[Instructions to follow]: The listing below holds a line with "f 158 166 157" and a later line with "f 185 193 186". Write out those two lines and every line between them, exactly, and nothing else.

Top of Task input

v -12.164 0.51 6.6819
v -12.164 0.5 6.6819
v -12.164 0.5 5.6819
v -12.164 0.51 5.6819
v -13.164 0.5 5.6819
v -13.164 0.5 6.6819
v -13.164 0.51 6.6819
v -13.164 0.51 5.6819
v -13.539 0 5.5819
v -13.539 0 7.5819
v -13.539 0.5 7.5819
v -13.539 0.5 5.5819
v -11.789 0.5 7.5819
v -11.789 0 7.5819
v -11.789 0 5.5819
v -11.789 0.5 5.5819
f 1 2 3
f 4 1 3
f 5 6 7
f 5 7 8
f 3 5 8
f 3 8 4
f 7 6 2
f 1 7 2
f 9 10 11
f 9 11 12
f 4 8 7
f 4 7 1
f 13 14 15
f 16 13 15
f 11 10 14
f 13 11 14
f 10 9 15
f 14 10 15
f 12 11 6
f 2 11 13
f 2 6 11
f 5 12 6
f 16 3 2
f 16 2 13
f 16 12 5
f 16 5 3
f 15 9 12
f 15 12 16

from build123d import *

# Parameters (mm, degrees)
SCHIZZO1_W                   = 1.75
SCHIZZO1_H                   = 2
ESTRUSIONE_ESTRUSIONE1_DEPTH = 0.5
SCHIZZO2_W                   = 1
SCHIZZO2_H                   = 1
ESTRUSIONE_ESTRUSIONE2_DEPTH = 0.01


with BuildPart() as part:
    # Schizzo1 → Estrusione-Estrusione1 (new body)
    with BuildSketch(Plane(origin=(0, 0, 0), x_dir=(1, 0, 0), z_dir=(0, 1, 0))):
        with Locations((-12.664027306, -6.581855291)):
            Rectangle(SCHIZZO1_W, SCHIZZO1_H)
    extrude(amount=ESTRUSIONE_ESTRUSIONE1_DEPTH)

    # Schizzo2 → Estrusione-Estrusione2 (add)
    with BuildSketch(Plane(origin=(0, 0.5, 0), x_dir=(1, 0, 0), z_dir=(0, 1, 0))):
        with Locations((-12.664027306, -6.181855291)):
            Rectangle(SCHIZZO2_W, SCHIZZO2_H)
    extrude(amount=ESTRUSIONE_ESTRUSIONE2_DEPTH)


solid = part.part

Bottom of Task input
Top of Task input

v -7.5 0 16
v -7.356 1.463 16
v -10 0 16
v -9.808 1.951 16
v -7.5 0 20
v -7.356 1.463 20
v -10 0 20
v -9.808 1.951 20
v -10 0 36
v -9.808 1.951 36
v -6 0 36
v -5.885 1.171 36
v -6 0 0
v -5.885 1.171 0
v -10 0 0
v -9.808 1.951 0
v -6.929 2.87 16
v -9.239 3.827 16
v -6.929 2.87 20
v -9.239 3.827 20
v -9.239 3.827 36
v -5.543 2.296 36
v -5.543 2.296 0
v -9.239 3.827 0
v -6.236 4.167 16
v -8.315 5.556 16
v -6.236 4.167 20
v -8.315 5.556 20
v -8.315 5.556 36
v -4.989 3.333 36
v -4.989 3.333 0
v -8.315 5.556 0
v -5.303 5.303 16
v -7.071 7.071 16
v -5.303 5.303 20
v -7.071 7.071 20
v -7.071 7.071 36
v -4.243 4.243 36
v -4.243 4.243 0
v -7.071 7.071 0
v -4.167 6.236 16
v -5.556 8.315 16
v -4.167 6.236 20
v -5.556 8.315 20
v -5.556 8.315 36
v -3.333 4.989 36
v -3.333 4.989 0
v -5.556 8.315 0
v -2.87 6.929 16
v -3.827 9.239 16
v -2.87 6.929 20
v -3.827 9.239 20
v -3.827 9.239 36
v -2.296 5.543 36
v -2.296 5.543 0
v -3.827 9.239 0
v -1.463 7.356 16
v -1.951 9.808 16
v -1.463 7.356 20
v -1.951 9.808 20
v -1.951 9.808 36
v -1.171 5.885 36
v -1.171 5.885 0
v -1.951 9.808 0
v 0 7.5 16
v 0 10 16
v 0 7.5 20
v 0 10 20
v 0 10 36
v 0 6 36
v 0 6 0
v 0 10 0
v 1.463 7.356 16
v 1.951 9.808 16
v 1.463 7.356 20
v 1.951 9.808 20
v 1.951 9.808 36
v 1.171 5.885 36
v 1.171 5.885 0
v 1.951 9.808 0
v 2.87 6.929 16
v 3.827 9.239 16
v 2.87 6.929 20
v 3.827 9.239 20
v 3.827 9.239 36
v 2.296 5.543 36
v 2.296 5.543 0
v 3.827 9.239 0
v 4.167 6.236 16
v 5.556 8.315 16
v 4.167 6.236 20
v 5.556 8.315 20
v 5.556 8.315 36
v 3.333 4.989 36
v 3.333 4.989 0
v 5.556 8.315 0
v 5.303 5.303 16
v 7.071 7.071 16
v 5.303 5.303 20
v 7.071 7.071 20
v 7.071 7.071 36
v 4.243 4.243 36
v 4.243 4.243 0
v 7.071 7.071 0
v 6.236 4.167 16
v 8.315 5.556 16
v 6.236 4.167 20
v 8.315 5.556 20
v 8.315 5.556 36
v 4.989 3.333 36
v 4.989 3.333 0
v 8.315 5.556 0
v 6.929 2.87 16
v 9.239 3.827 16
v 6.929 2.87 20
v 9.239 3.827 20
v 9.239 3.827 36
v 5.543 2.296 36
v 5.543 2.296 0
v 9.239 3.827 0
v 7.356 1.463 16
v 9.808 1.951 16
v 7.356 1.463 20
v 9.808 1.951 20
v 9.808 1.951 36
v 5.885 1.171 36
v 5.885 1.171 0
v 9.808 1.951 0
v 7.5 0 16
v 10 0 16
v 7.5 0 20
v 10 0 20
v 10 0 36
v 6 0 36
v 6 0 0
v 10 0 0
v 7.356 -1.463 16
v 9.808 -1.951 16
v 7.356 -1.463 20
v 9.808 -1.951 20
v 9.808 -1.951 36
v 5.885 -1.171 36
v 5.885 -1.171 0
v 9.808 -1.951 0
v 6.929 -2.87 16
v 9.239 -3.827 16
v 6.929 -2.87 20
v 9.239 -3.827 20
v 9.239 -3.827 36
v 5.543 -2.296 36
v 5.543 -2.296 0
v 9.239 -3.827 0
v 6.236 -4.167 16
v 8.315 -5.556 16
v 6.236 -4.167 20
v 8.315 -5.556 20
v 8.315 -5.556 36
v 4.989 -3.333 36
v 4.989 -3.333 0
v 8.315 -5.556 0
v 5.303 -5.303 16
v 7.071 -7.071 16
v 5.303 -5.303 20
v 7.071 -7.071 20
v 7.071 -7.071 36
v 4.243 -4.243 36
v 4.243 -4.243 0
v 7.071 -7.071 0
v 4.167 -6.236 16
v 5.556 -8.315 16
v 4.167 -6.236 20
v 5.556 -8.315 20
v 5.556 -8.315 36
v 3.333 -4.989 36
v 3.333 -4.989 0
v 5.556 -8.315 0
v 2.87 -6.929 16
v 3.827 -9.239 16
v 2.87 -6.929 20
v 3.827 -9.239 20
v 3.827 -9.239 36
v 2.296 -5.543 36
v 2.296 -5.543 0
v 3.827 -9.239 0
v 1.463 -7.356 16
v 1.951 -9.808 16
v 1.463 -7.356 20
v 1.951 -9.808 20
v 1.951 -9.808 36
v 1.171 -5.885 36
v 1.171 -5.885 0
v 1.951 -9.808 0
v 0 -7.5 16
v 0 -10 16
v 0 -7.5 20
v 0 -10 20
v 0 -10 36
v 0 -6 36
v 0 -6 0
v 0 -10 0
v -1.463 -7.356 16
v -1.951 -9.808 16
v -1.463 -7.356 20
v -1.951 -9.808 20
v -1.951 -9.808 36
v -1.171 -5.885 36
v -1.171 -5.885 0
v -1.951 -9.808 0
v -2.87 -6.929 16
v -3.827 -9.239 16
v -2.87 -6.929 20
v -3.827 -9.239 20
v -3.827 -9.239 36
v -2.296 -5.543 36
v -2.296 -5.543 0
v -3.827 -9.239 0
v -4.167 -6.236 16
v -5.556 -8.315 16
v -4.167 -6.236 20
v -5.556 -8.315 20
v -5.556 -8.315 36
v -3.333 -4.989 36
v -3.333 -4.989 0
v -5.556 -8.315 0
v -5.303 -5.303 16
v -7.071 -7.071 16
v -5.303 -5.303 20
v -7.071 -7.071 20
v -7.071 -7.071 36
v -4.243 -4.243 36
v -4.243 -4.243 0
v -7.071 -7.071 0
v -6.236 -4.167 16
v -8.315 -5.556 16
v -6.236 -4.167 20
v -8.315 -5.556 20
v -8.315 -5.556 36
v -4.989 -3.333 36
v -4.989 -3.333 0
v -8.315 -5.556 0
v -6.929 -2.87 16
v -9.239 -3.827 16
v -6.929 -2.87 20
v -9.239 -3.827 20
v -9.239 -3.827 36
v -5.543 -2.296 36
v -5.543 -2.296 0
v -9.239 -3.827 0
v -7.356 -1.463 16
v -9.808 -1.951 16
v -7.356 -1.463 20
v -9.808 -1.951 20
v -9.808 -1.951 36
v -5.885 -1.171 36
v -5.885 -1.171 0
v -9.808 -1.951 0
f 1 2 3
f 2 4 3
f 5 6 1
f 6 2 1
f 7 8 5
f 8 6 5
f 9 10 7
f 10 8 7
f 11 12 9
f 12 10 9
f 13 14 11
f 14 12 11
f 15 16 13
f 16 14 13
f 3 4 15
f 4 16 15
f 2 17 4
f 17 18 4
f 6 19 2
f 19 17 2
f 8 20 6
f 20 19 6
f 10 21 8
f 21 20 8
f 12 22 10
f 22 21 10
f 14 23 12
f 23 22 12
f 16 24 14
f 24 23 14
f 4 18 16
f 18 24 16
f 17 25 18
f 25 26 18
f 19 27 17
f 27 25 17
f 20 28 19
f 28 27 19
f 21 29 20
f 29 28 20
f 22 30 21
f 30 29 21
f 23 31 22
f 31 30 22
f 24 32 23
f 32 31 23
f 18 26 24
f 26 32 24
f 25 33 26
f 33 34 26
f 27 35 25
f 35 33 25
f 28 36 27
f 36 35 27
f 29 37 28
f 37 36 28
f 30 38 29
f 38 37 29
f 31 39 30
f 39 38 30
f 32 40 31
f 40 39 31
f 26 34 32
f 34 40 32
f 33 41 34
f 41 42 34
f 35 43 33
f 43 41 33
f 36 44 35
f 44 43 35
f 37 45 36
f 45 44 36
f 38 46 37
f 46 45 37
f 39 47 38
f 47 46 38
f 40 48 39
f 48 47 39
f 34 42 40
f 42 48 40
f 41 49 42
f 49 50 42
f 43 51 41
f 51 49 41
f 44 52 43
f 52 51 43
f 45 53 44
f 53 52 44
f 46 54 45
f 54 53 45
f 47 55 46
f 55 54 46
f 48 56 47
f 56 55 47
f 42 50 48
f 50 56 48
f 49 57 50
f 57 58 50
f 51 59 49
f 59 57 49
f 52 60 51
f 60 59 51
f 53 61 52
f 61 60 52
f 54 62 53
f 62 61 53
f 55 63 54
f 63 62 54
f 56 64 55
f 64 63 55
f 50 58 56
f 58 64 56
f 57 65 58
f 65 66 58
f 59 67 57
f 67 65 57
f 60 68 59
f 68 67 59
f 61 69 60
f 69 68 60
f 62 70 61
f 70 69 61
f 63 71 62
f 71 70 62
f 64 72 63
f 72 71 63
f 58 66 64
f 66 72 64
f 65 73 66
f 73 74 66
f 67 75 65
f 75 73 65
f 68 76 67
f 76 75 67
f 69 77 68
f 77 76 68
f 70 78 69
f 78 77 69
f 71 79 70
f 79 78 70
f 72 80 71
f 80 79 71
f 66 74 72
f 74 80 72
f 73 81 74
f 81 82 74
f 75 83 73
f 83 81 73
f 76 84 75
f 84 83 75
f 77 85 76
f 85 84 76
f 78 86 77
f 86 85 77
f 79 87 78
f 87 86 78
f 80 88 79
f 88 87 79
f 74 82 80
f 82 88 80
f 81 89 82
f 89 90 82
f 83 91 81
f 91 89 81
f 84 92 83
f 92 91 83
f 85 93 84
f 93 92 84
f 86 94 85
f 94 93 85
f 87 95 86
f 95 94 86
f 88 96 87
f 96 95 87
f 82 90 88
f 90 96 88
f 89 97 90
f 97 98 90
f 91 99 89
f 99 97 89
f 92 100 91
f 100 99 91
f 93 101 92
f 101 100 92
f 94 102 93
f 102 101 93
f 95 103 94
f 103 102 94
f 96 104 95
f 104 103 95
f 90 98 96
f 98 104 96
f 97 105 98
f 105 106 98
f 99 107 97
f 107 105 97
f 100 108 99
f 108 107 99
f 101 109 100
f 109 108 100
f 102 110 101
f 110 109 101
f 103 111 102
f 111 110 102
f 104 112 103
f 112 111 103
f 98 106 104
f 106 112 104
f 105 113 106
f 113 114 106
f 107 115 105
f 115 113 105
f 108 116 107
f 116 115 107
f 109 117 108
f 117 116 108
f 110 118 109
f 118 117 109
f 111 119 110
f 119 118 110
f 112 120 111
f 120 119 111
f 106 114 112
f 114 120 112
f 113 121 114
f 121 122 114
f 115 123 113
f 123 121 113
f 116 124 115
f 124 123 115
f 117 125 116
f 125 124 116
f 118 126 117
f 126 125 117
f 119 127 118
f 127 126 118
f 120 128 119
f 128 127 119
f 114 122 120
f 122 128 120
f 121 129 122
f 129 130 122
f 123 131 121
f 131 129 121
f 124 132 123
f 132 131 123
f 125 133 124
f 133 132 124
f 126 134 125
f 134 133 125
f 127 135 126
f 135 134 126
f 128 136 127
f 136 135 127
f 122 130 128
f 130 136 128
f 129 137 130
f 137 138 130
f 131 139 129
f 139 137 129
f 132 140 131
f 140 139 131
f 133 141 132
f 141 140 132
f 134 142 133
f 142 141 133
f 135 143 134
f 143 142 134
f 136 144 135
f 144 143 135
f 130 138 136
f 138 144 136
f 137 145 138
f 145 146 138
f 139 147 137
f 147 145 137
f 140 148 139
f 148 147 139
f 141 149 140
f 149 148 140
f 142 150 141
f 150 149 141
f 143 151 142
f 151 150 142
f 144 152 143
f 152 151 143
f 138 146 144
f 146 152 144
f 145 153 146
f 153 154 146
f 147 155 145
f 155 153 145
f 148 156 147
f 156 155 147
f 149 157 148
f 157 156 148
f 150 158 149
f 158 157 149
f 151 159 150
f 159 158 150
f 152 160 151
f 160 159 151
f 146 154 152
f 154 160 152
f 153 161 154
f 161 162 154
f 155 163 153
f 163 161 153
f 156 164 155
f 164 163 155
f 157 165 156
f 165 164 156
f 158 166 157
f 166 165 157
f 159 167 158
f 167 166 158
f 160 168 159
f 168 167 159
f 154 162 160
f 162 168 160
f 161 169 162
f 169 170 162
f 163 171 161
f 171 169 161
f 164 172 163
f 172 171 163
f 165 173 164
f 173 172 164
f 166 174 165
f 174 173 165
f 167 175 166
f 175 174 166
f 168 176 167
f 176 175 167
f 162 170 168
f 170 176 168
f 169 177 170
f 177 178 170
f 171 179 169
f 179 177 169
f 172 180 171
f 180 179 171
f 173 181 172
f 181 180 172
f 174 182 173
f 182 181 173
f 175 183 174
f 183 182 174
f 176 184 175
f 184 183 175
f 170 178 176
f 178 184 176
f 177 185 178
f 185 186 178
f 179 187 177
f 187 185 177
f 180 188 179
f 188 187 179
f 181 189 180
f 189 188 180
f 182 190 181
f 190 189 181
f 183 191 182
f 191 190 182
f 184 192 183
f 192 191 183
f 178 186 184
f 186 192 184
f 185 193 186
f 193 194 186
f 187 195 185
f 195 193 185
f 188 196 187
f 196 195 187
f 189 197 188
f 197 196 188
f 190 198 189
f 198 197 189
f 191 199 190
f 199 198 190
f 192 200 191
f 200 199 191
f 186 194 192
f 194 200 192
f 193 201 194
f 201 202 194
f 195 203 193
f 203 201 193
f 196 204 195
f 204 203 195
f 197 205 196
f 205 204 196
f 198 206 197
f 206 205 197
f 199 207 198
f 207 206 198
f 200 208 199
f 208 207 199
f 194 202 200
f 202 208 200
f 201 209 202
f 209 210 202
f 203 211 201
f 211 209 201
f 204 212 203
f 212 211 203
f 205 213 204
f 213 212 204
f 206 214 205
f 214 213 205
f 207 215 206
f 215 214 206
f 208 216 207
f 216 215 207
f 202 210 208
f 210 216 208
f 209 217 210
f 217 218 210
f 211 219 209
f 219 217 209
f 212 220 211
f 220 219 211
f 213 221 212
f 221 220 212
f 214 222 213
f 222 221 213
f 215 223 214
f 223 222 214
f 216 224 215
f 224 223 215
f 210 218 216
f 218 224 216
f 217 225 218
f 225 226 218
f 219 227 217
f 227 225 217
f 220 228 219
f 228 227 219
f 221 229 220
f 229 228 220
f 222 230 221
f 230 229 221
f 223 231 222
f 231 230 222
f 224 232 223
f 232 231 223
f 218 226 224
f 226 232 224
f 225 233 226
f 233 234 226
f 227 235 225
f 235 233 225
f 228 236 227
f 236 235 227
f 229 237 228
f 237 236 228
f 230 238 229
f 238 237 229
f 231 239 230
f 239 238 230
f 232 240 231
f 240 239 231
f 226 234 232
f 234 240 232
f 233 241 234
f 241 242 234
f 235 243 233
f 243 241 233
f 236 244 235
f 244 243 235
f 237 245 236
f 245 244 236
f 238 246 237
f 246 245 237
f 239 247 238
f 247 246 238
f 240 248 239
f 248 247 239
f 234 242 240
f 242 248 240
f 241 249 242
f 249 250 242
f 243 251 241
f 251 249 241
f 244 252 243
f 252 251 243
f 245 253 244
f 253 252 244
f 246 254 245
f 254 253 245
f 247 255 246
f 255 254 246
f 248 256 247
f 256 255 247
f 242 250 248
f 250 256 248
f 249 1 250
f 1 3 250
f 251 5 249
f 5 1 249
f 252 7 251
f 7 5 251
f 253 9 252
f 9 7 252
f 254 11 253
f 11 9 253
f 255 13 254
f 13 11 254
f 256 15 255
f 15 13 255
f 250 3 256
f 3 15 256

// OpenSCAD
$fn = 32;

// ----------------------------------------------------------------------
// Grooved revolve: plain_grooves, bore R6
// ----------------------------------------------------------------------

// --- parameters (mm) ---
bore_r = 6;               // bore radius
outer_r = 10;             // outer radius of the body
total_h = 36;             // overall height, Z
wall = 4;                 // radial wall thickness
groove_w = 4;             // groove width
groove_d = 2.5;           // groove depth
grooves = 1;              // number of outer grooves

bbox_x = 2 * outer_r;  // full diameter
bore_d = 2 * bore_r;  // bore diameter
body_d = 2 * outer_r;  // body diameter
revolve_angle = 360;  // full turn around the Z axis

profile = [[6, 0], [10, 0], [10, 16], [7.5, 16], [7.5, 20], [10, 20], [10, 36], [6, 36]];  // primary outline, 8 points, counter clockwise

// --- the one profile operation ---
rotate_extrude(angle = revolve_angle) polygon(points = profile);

Bottom of Task input

[Solution to this exercise]:
f 158 166 157
f 166 165 157
f 159 167 158
f 167 166 158
f 160 168 159
f 168 167 159
f 154 162 160
f 162 168 160
f 161 169 162
f 169 170 162
f 163 171 161
f 171 169 161
f 164 172 163
f 172 171 163
f 165 173 164
f 173 172 164
f 166 174 165
f 174 173 165
f 167 175 166
f 175 174 166
f 168 176 167
f 176 175 167
f 162 170 168
f 170 176 168
f 169 177 170
f 177 178 170
f 171 179 169
f 179 177 169
f 172 180 171
f 180 179 171
f 173 181 172
f 181 180 172
f 174 182 173
f 182 181 173
f 175 183 174
f 183 182 174
f 176 184 175
f 184 183 175
f 170 178 176
f 178 184 176
f 177 185 178
f 185 186 178
f 179 187 177
f 187 185 177
f 180 188 179
f 188 187 179
f 181 189 180
f 189 188 180
f 182 190 181
f 190 189 181
f 183 191 182
f 191 190 182
f 184 192 183
f 192 191 183
f 178 186 184
f 186 192 184
f 185 193 186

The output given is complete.